Canutito was not just ‘cualquier pelão’

-

Era ya el month of October y grampo was sitting en la cocina reading los obituarios en el newspaper as Canutito worked en su homework y Grama Cuca lavaba los trastes en el kitchen sink. He read about uno de sus amigos that had just passed away. He called out to grama, “Oye Cuca, I was just reading aquí en los obituaries que Mano Jenreh just died.”

“What kind of a name is ‘Jenreh’ for a man?” Canutito asked as he put down su lápiz en la mesa while he waited por la answer.

“I think quesu real name era ‘Enrique’ in Spanish,” Grama Cuca said. “Pero tú sabes how people are. They would call him ‘Henry’ en inglés y luego they just gave it un acento en español and that’s how he ended up becoming Mano ‘Jenreh.’ ”

“Eso hace make un poco de sense, grama,” Canutito agreed.

“In any case,” Grampo Caralampio went on, “parece que Mano Jenreh died de un ataque de corazón.”

“Is that really cómo se dice un ‘heart attack’ en español?” Canutito asked.

“No, m’hijo,” Grama Cuca called desde el sink. “Un heart attack es ‘una crisis cardíaca’ in Spanish, pero aquí we just call it un ataque de corazón.”

“He was married to Mana Pula,” grampo continued. Then he turned to Canutito and he said, “Mana Pula era una no-nonsense kind of señora. Ella no tenía pelo en la lengua.”

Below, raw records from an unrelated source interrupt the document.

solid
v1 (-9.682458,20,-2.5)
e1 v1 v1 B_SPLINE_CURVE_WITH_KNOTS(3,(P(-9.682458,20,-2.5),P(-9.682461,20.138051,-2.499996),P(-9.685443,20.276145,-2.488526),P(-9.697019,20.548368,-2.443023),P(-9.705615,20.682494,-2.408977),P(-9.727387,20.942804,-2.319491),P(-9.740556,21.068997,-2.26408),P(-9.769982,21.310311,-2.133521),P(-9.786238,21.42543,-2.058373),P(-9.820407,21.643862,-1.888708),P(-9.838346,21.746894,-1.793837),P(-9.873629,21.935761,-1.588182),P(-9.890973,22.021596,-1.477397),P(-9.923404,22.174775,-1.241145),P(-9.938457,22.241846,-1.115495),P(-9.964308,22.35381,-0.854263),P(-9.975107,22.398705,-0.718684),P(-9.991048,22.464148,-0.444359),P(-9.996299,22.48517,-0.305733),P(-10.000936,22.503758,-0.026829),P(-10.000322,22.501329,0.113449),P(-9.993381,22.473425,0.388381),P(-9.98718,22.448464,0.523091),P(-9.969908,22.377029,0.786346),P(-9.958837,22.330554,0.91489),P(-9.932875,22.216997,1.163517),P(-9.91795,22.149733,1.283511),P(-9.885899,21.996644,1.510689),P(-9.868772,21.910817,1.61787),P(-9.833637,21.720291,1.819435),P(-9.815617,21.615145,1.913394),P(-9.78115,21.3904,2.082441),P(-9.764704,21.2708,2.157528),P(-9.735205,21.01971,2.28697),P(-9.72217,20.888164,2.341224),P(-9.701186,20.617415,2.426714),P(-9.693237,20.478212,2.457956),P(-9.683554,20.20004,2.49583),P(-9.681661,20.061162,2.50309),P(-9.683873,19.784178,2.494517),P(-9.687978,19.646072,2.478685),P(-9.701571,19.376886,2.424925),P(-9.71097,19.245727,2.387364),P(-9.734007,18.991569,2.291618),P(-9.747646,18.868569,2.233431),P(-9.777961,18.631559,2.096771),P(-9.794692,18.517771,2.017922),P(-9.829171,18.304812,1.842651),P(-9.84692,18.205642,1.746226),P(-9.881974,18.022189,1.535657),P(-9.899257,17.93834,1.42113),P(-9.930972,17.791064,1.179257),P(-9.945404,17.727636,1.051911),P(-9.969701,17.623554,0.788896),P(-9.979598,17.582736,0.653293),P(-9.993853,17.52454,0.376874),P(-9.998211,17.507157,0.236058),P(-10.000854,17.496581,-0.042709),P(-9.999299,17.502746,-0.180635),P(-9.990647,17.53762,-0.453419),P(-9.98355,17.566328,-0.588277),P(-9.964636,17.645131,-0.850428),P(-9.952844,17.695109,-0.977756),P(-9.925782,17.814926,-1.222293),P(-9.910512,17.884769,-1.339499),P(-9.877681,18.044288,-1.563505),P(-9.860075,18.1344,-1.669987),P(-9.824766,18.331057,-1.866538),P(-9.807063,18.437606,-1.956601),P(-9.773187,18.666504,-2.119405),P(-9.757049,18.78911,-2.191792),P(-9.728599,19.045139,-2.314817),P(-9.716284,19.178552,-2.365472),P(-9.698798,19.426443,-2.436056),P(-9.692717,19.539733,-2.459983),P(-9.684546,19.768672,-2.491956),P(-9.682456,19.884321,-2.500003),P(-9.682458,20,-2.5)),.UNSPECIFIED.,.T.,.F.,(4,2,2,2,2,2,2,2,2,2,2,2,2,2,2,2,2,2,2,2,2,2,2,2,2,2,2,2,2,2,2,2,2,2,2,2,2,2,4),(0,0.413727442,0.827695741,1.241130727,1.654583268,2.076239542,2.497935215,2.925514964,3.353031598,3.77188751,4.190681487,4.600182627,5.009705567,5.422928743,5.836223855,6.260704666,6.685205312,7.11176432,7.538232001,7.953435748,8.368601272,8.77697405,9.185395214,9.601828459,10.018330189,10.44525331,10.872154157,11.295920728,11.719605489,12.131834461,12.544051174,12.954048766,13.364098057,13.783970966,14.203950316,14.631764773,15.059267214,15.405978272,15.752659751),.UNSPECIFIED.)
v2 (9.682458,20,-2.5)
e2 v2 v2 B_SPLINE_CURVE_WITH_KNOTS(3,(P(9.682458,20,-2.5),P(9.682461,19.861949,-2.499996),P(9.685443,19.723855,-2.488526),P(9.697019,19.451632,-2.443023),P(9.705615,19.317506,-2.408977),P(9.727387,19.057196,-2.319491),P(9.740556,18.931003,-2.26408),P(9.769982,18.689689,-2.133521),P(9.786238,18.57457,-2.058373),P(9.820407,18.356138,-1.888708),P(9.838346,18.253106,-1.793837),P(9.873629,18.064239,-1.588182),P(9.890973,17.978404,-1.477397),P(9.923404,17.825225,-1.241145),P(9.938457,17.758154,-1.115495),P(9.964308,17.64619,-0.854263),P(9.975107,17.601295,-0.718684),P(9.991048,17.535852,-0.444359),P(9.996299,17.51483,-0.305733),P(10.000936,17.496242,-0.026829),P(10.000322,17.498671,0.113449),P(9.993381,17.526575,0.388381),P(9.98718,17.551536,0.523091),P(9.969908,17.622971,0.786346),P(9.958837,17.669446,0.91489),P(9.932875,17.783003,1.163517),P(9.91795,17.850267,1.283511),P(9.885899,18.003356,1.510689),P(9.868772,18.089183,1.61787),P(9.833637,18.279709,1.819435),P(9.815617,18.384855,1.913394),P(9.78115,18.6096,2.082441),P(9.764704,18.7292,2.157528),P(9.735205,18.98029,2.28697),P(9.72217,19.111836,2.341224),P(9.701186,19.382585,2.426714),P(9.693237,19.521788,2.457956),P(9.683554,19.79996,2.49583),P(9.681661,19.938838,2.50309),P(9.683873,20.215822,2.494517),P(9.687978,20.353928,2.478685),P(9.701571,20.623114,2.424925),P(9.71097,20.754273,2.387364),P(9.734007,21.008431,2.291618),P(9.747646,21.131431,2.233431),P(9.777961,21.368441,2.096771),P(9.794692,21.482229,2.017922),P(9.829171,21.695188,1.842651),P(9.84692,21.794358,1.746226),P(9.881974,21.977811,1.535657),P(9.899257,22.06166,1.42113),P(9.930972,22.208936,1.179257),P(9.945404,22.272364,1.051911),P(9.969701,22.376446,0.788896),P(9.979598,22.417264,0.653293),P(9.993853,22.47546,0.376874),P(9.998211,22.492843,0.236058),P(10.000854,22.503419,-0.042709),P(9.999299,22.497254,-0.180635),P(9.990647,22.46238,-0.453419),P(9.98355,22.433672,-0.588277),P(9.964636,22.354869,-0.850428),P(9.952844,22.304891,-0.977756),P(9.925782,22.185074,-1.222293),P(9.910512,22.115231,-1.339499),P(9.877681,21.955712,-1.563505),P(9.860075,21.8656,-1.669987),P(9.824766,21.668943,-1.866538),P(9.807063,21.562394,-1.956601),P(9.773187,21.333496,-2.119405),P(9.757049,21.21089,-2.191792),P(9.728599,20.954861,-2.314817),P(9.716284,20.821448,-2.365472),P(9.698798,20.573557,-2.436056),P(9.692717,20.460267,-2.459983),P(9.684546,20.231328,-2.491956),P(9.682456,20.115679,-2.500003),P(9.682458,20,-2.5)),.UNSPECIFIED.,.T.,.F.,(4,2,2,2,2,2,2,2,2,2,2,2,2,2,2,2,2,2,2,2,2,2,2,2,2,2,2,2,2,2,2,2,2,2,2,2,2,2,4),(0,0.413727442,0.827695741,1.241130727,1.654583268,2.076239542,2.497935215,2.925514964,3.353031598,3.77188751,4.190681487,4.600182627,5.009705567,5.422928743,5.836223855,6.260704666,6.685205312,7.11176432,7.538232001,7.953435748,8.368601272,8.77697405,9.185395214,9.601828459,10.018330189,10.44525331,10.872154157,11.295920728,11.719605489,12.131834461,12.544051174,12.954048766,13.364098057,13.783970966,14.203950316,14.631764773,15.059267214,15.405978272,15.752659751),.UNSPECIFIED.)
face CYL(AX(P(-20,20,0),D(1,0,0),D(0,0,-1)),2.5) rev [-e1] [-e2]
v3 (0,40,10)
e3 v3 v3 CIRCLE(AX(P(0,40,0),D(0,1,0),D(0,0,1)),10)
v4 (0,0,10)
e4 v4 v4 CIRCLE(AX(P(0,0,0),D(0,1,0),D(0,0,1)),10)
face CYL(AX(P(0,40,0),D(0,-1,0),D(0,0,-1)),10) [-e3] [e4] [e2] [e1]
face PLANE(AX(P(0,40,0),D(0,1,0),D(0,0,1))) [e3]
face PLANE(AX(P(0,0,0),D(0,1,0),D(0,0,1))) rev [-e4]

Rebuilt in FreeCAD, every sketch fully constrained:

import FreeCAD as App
import Part
import Sketcher

doc = App.newDocument("Part")
body = doc.addObject("PartDesign::Body", "Body")

sketch1 = doc.addObject("Sketcher::SketchObject", "Sketch")
body.addObject(sketch1)
sketch1.AttachmentSupport = (doc.XZ_Plane, [""])
sketch1.MapMode = "FlatFace"
sketch1.addGeometry(Part.Circle(App.Vector(0, 0, 0), App.Vector(0, 0, 1), 10), False)
sketch1.addConstraint([
    Sketcher.Constraint("Coincident", 0, 3, -1, 1),
    Sketcher.Constraint("Diameter", 0, 20.0),
])
pad1 = doc.addObject("PartDesign::Pad", "Pad")
body.addObject(pad1)
pad1.Profile = sketch1
pad1.Length = 40
pad1.Reversed = True

sketch2 = doc.addObject("Sketcher::SketchObject", "Sketch001")
body.addObject(sketch2)
sketch2.AttachmentSupport = (doc.YZ_Plane, [""])
sketch2.MapMode = "FlatFace"
sketch2.addGeometry(Part.Circle(App.Vector(20, 0, 0), App.Vector(0, 0, 1), 2.5), False)
sketch2.addConstraint([
    Sketcher.Constraint("PointOnObject", 0, 3, -1),
    Sketcher.Constraint("Diameter", 0, 5.0),
    Sketcher.Constraint("DistanceX", -1, 1, 0, 3, 20.0),
])
pocket1 = doc.addObject("PartDesign::Pocket", "Pocket")
body.addObject(pocket1)
pocket1.Profile = sketch2
pocket1.Length = 40
pocket1.Midplane = True

doc.recompute()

“What do you mean, ‘she had no hair on her tongue,’ grampo?” Canutito wondered.

“When your grampo says que ‘no tenía pela en la lengua,’ ” Grama Cuca explained, “that means que she didn’t hold back de nada de lo que she was thinking.”

“I remember una vez,” Grampo Caralampio said as he took un sip de su cafecito ,“que Mano Jenreh y Mana Pula had been sitting en un banco del parque for a very long time. Mano Jenreh turned to Mana Pula and he said, ‘We have been sitting aquí on this park bench for so long que se me adurmieron la nalgas.’ Without haciendo miss un beat, Mana Pula replied ‘Sí, yo las podía oír roncando hasta aquí.’ ”

“What did Mano Jenreh mean cuando dijo que his butt fell asleep and Mana Pula said que she could hear his butt snoring all the way over, grampo?” Canutito asked all inocente.

“Never you mind, m’hijo,” Grama Cuca quickly jumped in. “Tu grampo is just being un silly-billy, m’hijo. Pero it was true que Mana Pula no era cualquier títere.”

Canutito threw up sus manos en exasperaci­ón. “Just when I think que I am starting to understand Spanish you and grampo say things que yo no entiendo! What does it mean cuando you say que una persona ‘no es cualquier’ títere,’ grama?”

“That means que somebody no es cualquier pelão,” grampo explained.

“I don’t understand la palabra ‘pelão,’ either grampo,” Canutito stammered.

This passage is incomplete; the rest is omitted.